Plumbing – energy conservation (part 2)

We covered the issue of structural waste in a plumbing system. We minimized the energy losses (maximized the energy efficiency) within the plumbing system. But we still will have to wait for hot water, although it may only be for a few seconds. This is where behavioral waste comes into play.

Managing behavioral waste

What exactly is behavioral waste? Say you want to take a shower. You turn on the tap and get distracted while waiting for hot water (you check your e-mail, make a phone call, you name it). Before you know it, too much water and too much thermal energy went down the drain (pun intended).

There is a quick fix for this scenario, the ladybug shower head adaptor, a product by Evolve.

It appears that behavioral waste is primarily driven by the amount of time we have to wait for hot water. The shorter the time-to-tap, the lower the potential for behavioral waste.

Here are the strategies we have covered so far that result in a reasonable time-to-tap:

  1. Compact and efficient layout of the plumbing system: Keep the pipe runs as short as possible.
  2. Material choice: If possible, use tubing with the least potential for initial heat loss.
  3. Pipe insulation: deliver hot water effectively to the point of use.
  4. Pipe sizes: minimize the tubing size and thus the volume of water in the plumbing system.

(Almost) instant hot water

If, despite these strategies, you still have to wait too long for hot water, or you cannot implement some of the strategies, you may want to look into an instant hot water solution.

Metlund has a system on the market that meets our water and energy conservation goals.
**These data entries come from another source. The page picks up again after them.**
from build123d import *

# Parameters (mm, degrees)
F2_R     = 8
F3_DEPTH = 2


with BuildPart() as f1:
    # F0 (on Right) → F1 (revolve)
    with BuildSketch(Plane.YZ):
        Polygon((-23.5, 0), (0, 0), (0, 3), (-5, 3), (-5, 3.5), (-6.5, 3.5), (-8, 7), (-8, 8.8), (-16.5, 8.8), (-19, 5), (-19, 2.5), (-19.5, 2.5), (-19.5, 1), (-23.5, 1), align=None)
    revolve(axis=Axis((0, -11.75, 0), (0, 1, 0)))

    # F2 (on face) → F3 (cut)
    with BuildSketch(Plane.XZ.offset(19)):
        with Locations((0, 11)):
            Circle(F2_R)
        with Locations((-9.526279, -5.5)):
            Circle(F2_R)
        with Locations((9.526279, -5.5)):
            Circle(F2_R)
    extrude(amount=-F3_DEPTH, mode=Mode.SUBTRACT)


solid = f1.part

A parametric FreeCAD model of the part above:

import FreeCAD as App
import Part
import Sketcher

V = App.Vector

doc = App.newDocument("Part")
params = doc.addObject("Spreadsheet::Sheet", "Params")
for row, (alias, value) in enumerate([
    ("sketch1_width", "5 mm"),
    ("sketch1_width2", "4 mm"),
    ("sketch1_height", "3 mm"),
    ("sketch1_height2", "1 mm"),
    ("sketch1_width3", "23.5 mm"),
    ("revolution_angle", "360 deg"),
    ("sketch2_diameter", "16 mm"),
    ("pocket1_length", "2 mm"),
], start=1):
    params.set(f"A{row}", alias)
    params.set(f"B{row}", "=" + value)
    params.setAlias(f"B{row}", alias)

body = doc.addObject("PartDesign::Body", "Body")

# Sketch on YZ plane
sketch1 = doc.addObject("Sketcher::SketchObject", "Sketch")
body.addObject(sketch1)
sketch1.AttachmentSupport = (doc.YZ_Plane, [""])
sketch1.MapMode = "FlatFace"
sketch1.addGeometry([
    Part.LineSegment(V(-23.5, 0, 0), V(0, 0, 0)),  # 0
    Part.LineSegment(V(0, 0, 0), V(0, 3, 0)),  # 1
    Part.LineSegment(V(0, 3, 0), V(-5, 3, 0)),  # 2
    Part.LineSegment(V(-5, 3, 0), V(-5, 3.5, 0)),  # 3
    Part.LineSegment(V(-5, 3.5, 0), V(-6.5, 3.5, 0)),  # 4
    Part.LineSegment(V(-6.5, 3.5, 0), V(-8, 7, 0)),  # 5
    Part.LineSegment(V(-8, 7, 0), V(-8, 8.8, 0)),  # 6
    Part.LineSegment(V(-8, 8.8, 0), V(-16.5, 8.8, 0)),  # 7
    Part.LineSegment(V(-16.5, 8.8, 0), V(-19, 5, 0)),  # 8
    Part.LineSegment(V(-19, 5, 0), V(-19, 2.5, 0)),  # 9
    Part.LineSegment(V(-19, 2.5, 0), V(-19.5, 2.5, 0)),  # 10
    Part.LineSegment(V(-19.5, 2.5, 0), V(-19.5, 1, 0)),  # 11
    Part.LineSegment(V(-19.5, 1, 0), V(-23.5, 1, 0)),  # 12
    Part.LineSegment(V(-23.5, 1, 0), V(-23.5, 0, 0)),  # 13
], False)
sketch1.addConstraint([
    Sketcher.Constraint("Coincident", 0, 2, 1, 1),
    Sketcher.Constraint("Coincident", 1, 2, 2, 1),
    Sketcher.Constraint("Coincident", 2, 2, 3, 1),
    Sketcher.Constraint("Coincident", 3, 2, 4, 1),
    Sketcher.Constraint("Coincident", 4, 2, 5, 1),
    Sketcher.Constraint("Coincident", 5, 2, 6, 1),
    Sketcher.Constraint("Coincident", 6, 2, 7, 1),
    Sketcher.Constraint("Coincident", 7, 2, 8, 1),
    Sketcher.Constraint("Coincident", 8, 2, 9, 1),
    Sketcher.Constraint("Coincident", 9, 2, 10, 1),
    Sketcher.Constraint("Coincident", 10, 2, 11, 1),
    Sketcher.Constraint("Coincident", 11, 2, 12, 1),
    Sketcher.Constraint("Coincident", 12, 2, 13, 1),
    Sketcher.Constraint("Coincident", 13, 2, 0, 1),
    Sketcher.Constraint("Horizontal", 0),
    Sketcher.Constraint("Vertical", 1),
    Sketcher.Constraint("Horizontal", 2),
    Sketcher.Constraint("Vertical", 3),
    Sketcher.Constraint("Horizontal", 4),
    Sketcher.Constraint("Vertical", 6),
    Sketcher.Constraint("Horizontal", 7),
    Sketcher.Constraint("Vertical", 9),
    Sketcher.Constraint("Horizontal", 10),
    Sketcher.Constraint("Vertical", 11),
    Sketcher.Constraint("Horizontal", 12),
    Sketcher.Constraint("Vertical", 13),
    Sketcher.Constraint("Coincident", 0, 2, -1, 1),
    Sketcher.Constraint("Equal", 10, 3),
    Sketcher.Constraint("Equal", 4, 11),
    Sketcher.Constraint("DistanceX", 2, 2, 2, 1, 5.0),
    Sketcher.Constraint("DistanceX", 12, 2, 12, 1, 4.0),
    Sketcher.Constraint("DistanceY", 1, 1, 1, 2, 3.0),
    Sketcher.Constraint("DistanceY", 13, 2, 13, 1, 1.0),
    Sketcher.Constraint("DistanceX", 0, 1, 0, 2, 23.5),
    Sketcher.Constraint("DistanceX", 4, 2, 4, 1, 1.5),
    Sketcher.Constraint("DistanceX", 7, 2, 7, 1, 8.5),
    Sketcher.Constraint("DistanceX", 10, 2, 10, 1, 0.5),
    Sketcher.Constraint("DistanceY", 6, 1, 6, 2, 1.8),
    Sketcher.Constraint("DistanceY", 9, 2, 9, 1, 2.5),
    Sketcher.Constraint("DistanceX", 5, 2, -1, 1, 8.0),
    Sketcher.Constraint("DistanceY", -1, 1, 5, 2, 7.0),
])
sketch1.setExpression("Constraints[29]", "Params.sketch1_width")
sketch1.setExpression("Constraints[30]", "Params.sketch1_width2")
sketch1.setExpression("Constraints[31]", "Params.sketch1_height")
sketch1.setExpression("Constraints[32]", "Params.sketch1_height2")
sketch1.setExpression("Constraints[33]", "Params.sketch1_width3")
revolution = doc.addObject("PartDesign::Revolution", "Revolution")
body.addObject(revolution)
revolution.Profile = sketch1
revolution.ReferenceAxis = (sketch1, ["H_Axis"])
revolution.setExpression("Angle", "Params.revolution_angle")

# Sketch on XZ plane
sketch2 = doc.addObject("Sketcher::SketchObject", "Sketch001")
body.addObject(sketch2)
sketch2.AttachmentSupport = (doc.XZ_Plane, [""])
sketch2.MapMode = "FlatFace"
sketch2.AttachmentOffset = App.Placement(V(0, 0, 19), App.Rotation())
sketch2.addGeometry([
    Part.Circle(V(0, 11, 0), V(0, 0, 1), 8),
    Part.Circle(V(-10, -6, 0), V(0, 0, 1), 8),
    Part.Circle(V(10, -6, 0), V(0, 0, 1), 8),
], False)
sketch2.addConstraint([
    Sketcher.Constraint("Equal", 0, 1),
    Sketcher.Constraint("Equal", 1, 2),
    Sketcher.Constraint("Symmetric", 1, 3, 2, 3, -2),
    Sketcher.Constraint("PointOnObject", 0, 3, -2),
    Sketcher.Constraint("Diameter", 0, 16.0),
    Sketcher.Constraint("DistanceY", -1, 1, 0, 3, 11.0),
    Sketcher.Constraint("DistanceY", 1, 3, -1, 1, 5.5),
    Sketcher.Constraint("DistanceX", 1, 3, -1, 1, 9.526279),
])
sketch2.setExpression("Constraints[4]", "Params.sketch2_diameter")
pocket1 = doc.addObject("PartDesign::Pocket", "Pocket")
body.addObject(pocket1)
pocket1.Profile = sketch2
pocket1.setExpression("Length", "Params.pocket1_length")

doc.recompute()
It is a small circulation pump that is installed at the farthest fixture in the system. The pump is activated with a push button, upon which it begins to draw water from the hot water line. The pump turns off the moment is senses a slight temperature rise in the water temperature.
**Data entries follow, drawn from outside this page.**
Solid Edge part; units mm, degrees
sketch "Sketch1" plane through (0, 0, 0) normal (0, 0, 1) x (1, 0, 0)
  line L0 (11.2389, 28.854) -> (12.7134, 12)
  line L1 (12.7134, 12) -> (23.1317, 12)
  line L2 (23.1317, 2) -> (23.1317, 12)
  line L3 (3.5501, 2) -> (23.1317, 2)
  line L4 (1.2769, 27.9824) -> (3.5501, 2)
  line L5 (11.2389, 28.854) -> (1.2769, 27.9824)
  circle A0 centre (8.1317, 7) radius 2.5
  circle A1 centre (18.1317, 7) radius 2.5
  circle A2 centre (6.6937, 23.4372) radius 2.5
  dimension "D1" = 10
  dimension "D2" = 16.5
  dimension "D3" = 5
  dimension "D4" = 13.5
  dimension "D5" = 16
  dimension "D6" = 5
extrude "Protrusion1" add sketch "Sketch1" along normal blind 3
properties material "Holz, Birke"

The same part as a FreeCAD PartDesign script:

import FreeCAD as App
import Part
import Sketcher

doc = App.newDocument("Part")
params = doc.addObject("Spreadsheet::Sheet", "Params")
for row, (alias, value) in enumerate([
    ("sketch1_diameter", "5 mm"),
    ("sketch1_diameter2", "5 mm"),
    ("sketch1_diameter3", "5 mm"),
    ("sketch1_height", "10 mm"),
    ("sketch1_length", "10 mm"),
    ("pad1_length", "3 mm"),
], start=1):
    params.set(f"A{row}", alias)
    params.set(f"B{row}", "=" + value)
    params.setAlias(f"B{row}", alias)

body = doc.addObject("PartDesign::Body", "Body")

sketch1 = body.newObject("Sketcher::SketchObject", "Sketch")
sketch1.AttachmentSupport = (doc.getObject("XY_Plane"), [""])
sketch1.MapMode = "FlatFace"
sketch1.addGeometry([
    Part.LineSegment(App.Vector(12.7134, 12, 0), App.Vector(11.2389, 28.854, 0)),
    Part.LineSegment(App.Vector(11.2389, 28.854, 0), App.Vector(1.2769, 27.9824, 0)),
    Part.LineSegment(App.Vector(1.2769, 27.9824, 0), App.Vector(3.5501, 2, 0)),
    Part.LineSegment(App.Vector(3.5501, 2, 0), App.Vector(23.1317, 2, 0)),
    Part.LineSegment(App.Vector(23.1317, 2, 0), App.Vector(23.1317, 12, 0)),
    Part.LineSegment(App.Vector(23.1317, 12, 0), App.Vector(12.7134, 12, 0)),
    Part.Circle(App.Vector(8.1317, 7, 0), App.Vector(0, 0, 1), 2.5),
    Part.Circle(App.Vector(18.1317, 7, 0), App.Vector(0, 0, 1), 2.5),
    Part.Circle(App.Vector(6.6937, 23.4372, 0), App.Vector(0, 0, 1), 2.5),
], False)
sketch1.addConstraint([
    Sketcher.Constraint("Coincident", 0, 2, 1, 1),
    Sketcher.Constraint("Coincident", 1, 2, 2, 1),
    Sketcher.Constraint("Coincident", 2, 2, 3, 1),
    Sketcher.Constraint("Coincident", 3, 2, 4, 1),
    Sketcher.Constraint("Coincident", 4, 2, 5, 1),
    Sketcher.Constraint("Coincident", 5, 2, 0, 1),
    Sketcher.Constraint("Horizontal", 3),
    Sketcher.Constraint("Vertical", 4),
    Sketcher.Constraint("Horizontal", 5),
    Sketcher.Constraint("Diameter", 6, 5.0),
    Sketcher.Constraint("Diameter", 7, 5.0),
    Sketcher.Constraint("Diameter", 8, 5.0),
    Sketcher.Constraint("DistanceY", 4, 1, 4, 2, 10.0),
    Sketcher.Constraint("Distance", 1, 10.0),
    Sketcher.Constraint("DistanceY", -1, 1, 6, 3, 7.0),
    Sketcher.Constraint("DistanceY", -1, 1, 7, 3, 7.0),
    Sketcher.Constraint("DistanceY", -1, 1, 2, 2, 2.0),
    Sketcher.Constraint("DistanceX", 6, 3, 7, 3, 10.0),
    Sketcher.Constraint("DistanceX", 7, 3, 3, 2, 5.0),
    Sketcher.Constraint("DistanceX", -1, 1, 2, 2, 3.55),
    Sketcher.Constraint("DistanceX", 3, 1, 3, 2, 19.5816),
    Sketcher.Constraint("DistanceX", 5, 2, 5, 1, 10.4183),
    Sketcher.Constraint("DistanceX", -1, 1, 0, 2, 11.239),
    Sketcher.Constraint("DistanceY", -1, 1, 0, 2, 28.854),
    Sketcher.Constraint("DistanceX", -1, 1, 1, 2, 1.277),
    Sketcher.Constraint("DistanceX", 8, 3, 6, 3, 1.438),
    Sketcher.Constraint("DistanceY", -1, 1, 8, 3, 23.4372),
])
sketch1.setExpression("Constraints[9]", "Params.sketch1_diameter")
sketch1.setExpression("Constraints[10]", "Params.sketch1_diameter2")
sketch1.setExpression("Constraints[11]", "Params.sketch1_diameter3")
sketch1.setExpression("Constraints[12]", "Params.sketch1_height")
sketch1.setExpression("Constraints[13]", "Params.sketch1_length")
pad1 = body.newObject("PartDesign::Pad", "Pad")
pad1.Profile = sketch1
pad1.setExpression("Length", "Params.pad1_length")

doc.recompute()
The cold water the pump has drawn until now is either pushed into a dedicated return line to the hot water storage tank or pushed into the cold water line, thus no water is wasted.

Because the pump is located at the farthest fixture in the system, all other fixtures located along the branch will get primed with hot water up to the twigs. The water volume in the twigs is so small that hot water should arrive within one cup (see also table in previous post) – or almost instantly.

We are seriously considering to try the Metlund system. It would improve our overall water and energy conservation. Those savings will at one point pay for the equipment.

About Marcus de la fleur

Marcus is a Registered Landscape Architect with a horticultural degree from the School of Horticulture at the Royal Botanic Gardens, Kew, and a Masters in Landscape Architecture from the University of Sheffield, UK. He developed a landscape based sustainable pilot project at 168 Elm Ave. in 2002, and has expanded his skill set to building science. Starting in 2009, Marcus applied the newly acquired expertise to the deep energy retrofit of his 100+ year old home in Chicago.

1 thought on “Plumbing – energy conservation (part 2)

  1. My personal solution to the problem of wasting water while waiting for hot water is twofold: running water at a trickle instead of full-force, and using a bucket to catch that trickle until the water is hot. I then use that water (less than 1 gallon per day) for watering plants or rinsing down the shower/tub after use to minimize later scrubbing. It’s not a universal solution, but it helps reduce our water waste.